[Assignment]
Write down, unchanged, the entries from the first line through the line holding "Line((-19.05, -80.5), (-19.05, -86.5))". Include no other line.

[The records]
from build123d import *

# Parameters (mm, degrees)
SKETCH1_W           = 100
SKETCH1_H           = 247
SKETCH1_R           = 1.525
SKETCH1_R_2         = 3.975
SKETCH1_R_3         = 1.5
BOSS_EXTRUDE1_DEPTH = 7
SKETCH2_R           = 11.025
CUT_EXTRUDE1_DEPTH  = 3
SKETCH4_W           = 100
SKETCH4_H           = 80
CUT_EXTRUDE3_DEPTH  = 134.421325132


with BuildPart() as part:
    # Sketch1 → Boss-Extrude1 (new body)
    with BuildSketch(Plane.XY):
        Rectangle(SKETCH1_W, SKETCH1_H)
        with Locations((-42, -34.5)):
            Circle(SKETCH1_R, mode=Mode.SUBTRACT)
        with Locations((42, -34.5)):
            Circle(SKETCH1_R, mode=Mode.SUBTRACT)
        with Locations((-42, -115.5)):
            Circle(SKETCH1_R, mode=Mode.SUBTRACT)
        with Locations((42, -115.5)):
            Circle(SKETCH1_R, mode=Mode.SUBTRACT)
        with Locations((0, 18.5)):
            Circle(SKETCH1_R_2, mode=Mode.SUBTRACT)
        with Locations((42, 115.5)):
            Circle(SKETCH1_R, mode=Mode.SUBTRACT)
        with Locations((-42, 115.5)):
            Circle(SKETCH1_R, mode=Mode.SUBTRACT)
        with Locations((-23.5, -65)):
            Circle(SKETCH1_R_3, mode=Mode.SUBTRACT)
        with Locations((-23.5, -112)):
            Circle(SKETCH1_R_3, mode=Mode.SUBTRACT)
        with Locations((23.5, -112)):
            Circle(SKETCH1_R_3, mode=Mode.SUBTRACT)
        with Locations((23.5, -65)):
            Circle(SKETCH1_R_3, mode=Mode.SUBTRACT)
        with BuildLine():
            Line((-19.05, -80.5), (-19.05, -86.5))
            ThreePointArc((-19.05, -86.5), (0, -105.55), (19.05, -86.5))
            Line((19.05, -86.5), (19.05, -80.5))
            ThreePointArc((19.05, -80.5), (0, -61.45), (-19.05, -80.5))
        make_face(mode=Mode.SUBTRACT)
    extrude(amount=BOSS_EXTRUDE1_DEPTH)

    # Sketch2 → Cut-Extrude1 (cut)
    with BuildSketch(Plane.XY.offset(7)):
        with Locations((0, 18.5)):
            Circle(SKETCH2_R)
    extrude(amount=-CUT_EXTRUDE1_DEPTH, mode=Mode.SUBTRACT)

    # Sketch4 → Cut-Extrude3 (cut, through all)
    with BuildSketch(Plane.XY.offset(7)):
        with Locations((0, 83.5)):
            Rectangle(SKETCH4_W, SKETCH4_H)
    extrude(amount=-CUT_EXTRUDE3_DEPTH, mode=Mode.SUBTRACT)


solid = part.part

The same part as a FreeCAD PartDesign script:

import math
import FreeCAD as App
import Part
import Sketcher
from FreeCAD import Vector
Q = App.Units.Quantity


def add_polygon(sketch, points):
    """Adds a closed chain of lines whose ends are joined by coincident constraints."""
    first, n = sketch.GeometryCount, len(points)
    for a, b in zip(points, points[1:] + points[:1]):
        sketch.addGeometry(Part.LineSegment(App.Vector(*a, 0), App.Vector(*b, 0)), False)
    for i in range(n):
        sketch.addConstraint(Sketcher.Constraint("Coincident", first + i, 2, first + (i + 1) % n, 1))

doc = App.newDocument("Part")
body = doc.addObject("PartDesign::Body", "Body")

# Sketch on XY plane
sketch1 = doc.addObject("Sketcher::SketchObject", "Sketch")
body.addObject(sketch1)
sketch1.AttachmentSupport = (doc.XY_Plane, [""])
sketch1.MapMode = "FlatFace"
add_polygon(sketch1, [(-50, 123.5), (-50, -123.5), (50, -123.5), (50, 123.5)])  # lines 0-3
sketch1.addGeometry(Part.Circle(Vector(-42, -115.5, 0), Vector(0, 0, 1), 1.5), False)  # 4
sketch1.addGeometry(Part.Circle(Vector(-23.5, -112, 0), Vector(0, 0, 1), 1.5), False)  # 5
sketch1.addGeometry(Part.Circle(Vector(-23.5, -65, 0), Vector(0, 0, 1), 1.5), False)  # 6
sketch1.addGeometry(Part.Circle(Vector(-42, -34.5, 0), Vector(0, 0, 1), 1.5), False)  # 7
sketch1.addGeometry(Part.LineSegment(Vector(-19.1, -86.5, 0), Vector(-19.1, -80.5, 0)), False)  # 8
sketch1.addGeometry(Part.ArcOfCircle(Part.Circle(Vector(0, -80.5, 0), Vector(0, 0, 1), 19.1), math.radians(0), math.radians(180)), False)  # 9
sketch1.addGeometry(Part.LineSegment(Vector(19.1, -80.5, 0), Vector(19.1, -86.5, 0)), False)  # 10
sketch1.addGeometry(Part.ArcOfCircle(Part.Circle(Vector(0, -86.5, 0), Vector(0, 0, 1), 19.1), math.radians(180), math.radians(360)), False)  # 11
sketch1.addGeometry(Part.Circle(Vector(23.5, -112, 0), Vector(0, 0, 1), 1.5), False)  # 12
sketch1.addGeometry(Part.Circle(Vector(42, -115.5, 0), Vector(0, 0, 1), 1.5), False)  # 13
sketch1.addGeometry(Part.Circle(Vector(23.5, -65, 0), Vector(0, 0, 1), 1.5), False)  # 14
sketch1.addGeometry(Part.Circle(Vector(42, -34.5, 0), Vector(0, 0, 1), 1.5), False)  # 15
sketch1.addGeometry(Part.Circle(Vector(-42, 115.5, 0), Vector(0, 0, 1), 1.5), False)  # 16
sketch1.addGeometry(Part.Circle(Vector(0, 18.5, 0), Vector(0, 0, 1), 4), False)  # 17
sketch1.addGeometry(Part.Circle(Vector(42, 115.5, 0), Vector(0, 0, 1), 1.5), False)  # 18
sketch1.addConstraint(Sketcher.Constraint("Tangent", 8, 2, 9, 2))
sketch1.addConstraint(Sketcher.Constraint("Tangent", 9, 1, 10, 1))
sketch1.addConstraint(Sketcher.Constraint("Tangent", 10, 2, 11, 2))
sketch1.addConstraint(Sketcher.Constraint("Tangent", 11, 1, 8, 1))
sketch1.addConstraint(Sketcher.Constraint("Vertical", 0))
sketch1.addConstraint(Sketcher.Constraint("Horizontal", 1))
sketch1.addConstraint(Sketcher.Constraint("Vertical", 2))
sketch1.addConstraint(Sketcher.Constraint("Horizontal", 3))
sketch1.addConstraint(Sketcher.Constraint("Vertical", 8))
sketch1.addConstraint(Sketcher.Constraint("Vertical", 10))
sketch1.addConstraint(Sketcher.Constraint("Equal", 5, 6))
sketch1.addConstraint(Sketcher.Constraint("Equal", 4, 7))
sketch1.addConstraint(Sketcher.Constraint("Equal", 6, 12))
sketch1.addConstraint(Sketcher.Constraint("Equal", 7, 13))
sketch1.addConstraint(Sketcher.Constraint("Equal", 12, 14))
sketch1.addConstraint(Sketcher.Constraint("Equal", 13, 15))
sketch1.addConstraint(Sketcher.Constraint("Equal", 15, 16))
sketch1.addConstraint(Sketcher.Constraint("Equal", 16, 18))
sketch1.addConstraint(Sketcher.Constraint("Symmetric", 13, 3, 16, 3, -1, 1))
sketch1.addConstraint(Sketcher.Constraint("Symmetric", 4, 3, 18, 3, -1, 1))
sketch1.addConstraint(Sketcher.Constraint("Symmetric", 0, 2, 2, 2, -1, 1))
sketch1.addConstraint(Sketcher.Constraint("Symmetric", 5, 3, 12, 3, -2))
sketch1.addConstraint(Sketcher.Constraint("Symmetric", 4, 3, 13, 3, -2))
sketch1.addConstraint(Sketcher.Constraint("Symmetric", 6, 3, 14, 3, -2))
sketch1.addConstraint(Sketcher.Constraint("Symmetric", 7, 3, 15, 3, -2))
sketch1.addConstraint(Sketcher.Constraint("PointOnObject", 9, 3, -2))
sketch1.addConstraint(Sketcher.Constraint("PointOnObject", 17, 3, -2))
sketch1.addConstraint(Sketcher.Constraint("Vertical", 5, 3, 6, 3))
sketch1.addConstraint(Sketcher.Constraint("Vertical", 4, 3, 7, 3))
sketch1.addConstraint(Sketcher.Constraint("Diameter", 5, Q("3 mm")))
sketch1.addConstraint(Sketcher.Constraint("Diameter", 4, Q("3.05 mm")))
sketch1.addConstraint(Sketcher.Constraint("Diameter", 17, Q("7.95 mm")))
sketch1.addConstraint(Sketcher.Constraint("DistanceX", 1, 1, 1, 2, Q("100 mm")))
sketch1.addConstraint(Sketcher.Constraint("DistanceY", 0, 2, 0, 1, Q("247 mm")))
sketch1.addConstraint(Sketcher.Constraint("DistanceY", 8, 1, 8, 2, Q("6 mm")))
sketch1.addConstraint(Sketcher.Constraint("Radius", 9, Q("19.05 mm")))
sketch1.addConstraint(Sketcher.Constraint("DistanceX", 4, 3, -1, 1, Q("42 mm")))
sketch1.addConstraint(Sketcher.Constraint("DistanceY", 5, 3, -1, 1, Q("112 mm")))
sketch1.addConstraint(Sketcher.Constraint("DistanceY", 6, 3, -1, 1, Q("65 mm")))
sketch1.addConstraint(Sketcher.Constraint("DistanceY", 4, 3, 7, 3, Q("81 mm")))
sketch1.addConstraint(Sketcher.Constraint("DistanceY", 4, 3, 9, 3, Q("35 mm")))
sketch1.addConstraint(Sketcher.Constraint("DistanceX", 5, 3, 12, 3, Q("47 mm")))
sketch1.addConstraint(Sketcher.Constraint("DistanceY", 7, 3, 16, 3, Q("150 mm")))
sketch1.addConstraint(Sketcher.Constraint("DistanceY", 7, 3, 17, 3, Q("53 mm")))
pad1 = doc.addObject("PartDesign::Pad", "Pad")
body.addObject(pad1)
pad1.Profile = sketch1
pad1.Length = 7

# Sketch on XY plane
sketch2 = doc.addObject("Sketcher::SketchObject", "Sketch001")
body.addObject(sketch2)
sketch2.AttachmentSupport = (doc.XY_Plane, [""])
sketch2.MapMode = "FlatFace"
sketch2.AttachmentOffset = App.Placement(Vector(0, 0, 7), App.Rotation())
sketch2.addGeometry(Part.Circle(Vector(0, 18, 0), Vector(0, 0, 1), 11), False)
sketch2.addConstraint(Sketcher.Constraint("PointOnObject", 0, 3, -2))
sketch2.addConstraint(Sketcher.Constraint("Diameter", 0, Q("22.05 mm")))
sketch2.addConstraint(Sketcher.Constraint("DistanceY", -1, 1, 0, 3, Q("18.5 mm")))
pocket1 = doc.addObject("PartDesign::Pocket", "Pocket")
body.addObject(pocket1)
pocket1.Profile = sketch2
pocket1.Length = 3

# Sketch on XY plane
sketch3 = doc.addObject("Sketcher::SketchObject", "Sketch002")
body.addObject(sketch3)
sketch3.AttachmentSupport = (doc.XY_Plane, [""])
sketch3.MapMode = "FlatFace"
sketch3.AttachmentOffset = App.Placement(Vector(0, 0, 7), App.Rotation())
add_polygon(sketch3, [(-50, 124), (-50, 44), (50, 44), (50, 124)])  # lines 0-3
sketch3.addConstraint(Sketcher.Constraint("Vertical", 0))
sketch3.addConstraint(Sketcher.Constraint("Horizontal", 1))
sketch3.addConstraint(Sketcher.Constraint("Vertical", 2))
sketch3.addConstraint(Sketcher.Constraint("Horizontal", 3))
sketch3.addConstraint(Sketcher.Constraint("DistanceX", 1, 1, 1, 2, Q("100 mm")))
sketch3.addConstraint(Sketcher.Constraint("DistanceY", 0, 2, 0, 1, Q("80 mm")))
sketch3.addConstraint(Sketcher.Constraint("DistanceX", 0, 2, -1, 1, Q("50 mm")))
sketch3.addConstraint(Sketcher.Constraint("DistanceY", -1, 1, 0, 2, Q("43.5 mm")))
pocket2 = doc.addObject("PartDesign::Pocket", "Pocket001")
body.addObject(pocket2)
pocket2.Profile = sketch3
pocket2.Type = "ThroughAll"

doc.recompute()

[Task output]
from build123d import *

# Parameters (mm, degrees)
SKETCH1_W           = 100
SKETCH1_H           = 247
SKETCH1_R           = 1.525
SKETCH1_R_2         = 3.975
SKETCH1_R_3         = 1.5
BOSS_EXTRUDE1_DEPTH = 7
SKETCH2_R           = 11.025
CUT_EXTRUDE1_DEPTH  = 3
SKETCH4_W           = 100
SKETCH4_H           = 80
CUT_EXTRUDE3_DEPTH  = 134.421325132


with BuildPart() as part:
    # Sketch1 → Boss-Extrude1 (new body)
    with BuildSketch(Plane.XY):
        Rectangle(SKETCH1_W, SKETCH1_H)
        with Locations((-42, -34.5)):
            Circle(SKETCH1_R, mode=Mode.SUBTRACT)
        with Locations((42, -34.5)):
            Circle(SKETCH1_R, mode=Mode.SUBTRACT)
        with Locations((-42, -115.5)):
            Circle(SKETCH1_R, mode=Mode.SUBTRACT)
        with Locations((42, -115.5)):
            Circle(SKETCH1_R, mode=Mode.SUBTRACT)
        with Locations((0, 18.5)):
            Circle(SKETCH1_R_2, mode=Mode.SUBTRACT)
        with Locations((42, 115.5)):
            Circle(SKETCH1_R, mode=Mode.SUBTRACT)
        with Locations((-42, 115.5)):
            Circle(SKETCH1_R, mode=Mode.SUBTRACT)
        with Locations((-23.5, -65)):
            Circle(SKETCH1_R_3, mode=Mode.SUBTRACT)
        with Locations((-23.5, -112)):
            Circle(SKETCH1_R_3, mode=Mode.SUBTRACT)
        with Locations((23.5, -112)):
            Circle(SKETCH1_R_3, mode=Mode.SUBTRACT)
        with Locations((23.5, -65)):
            Circle(SKETCH1_R_3, mode=Mode.SUBTRACT)
        with BuildLine():
            Line((-19.05, -80.5), (-19.05, -86.5))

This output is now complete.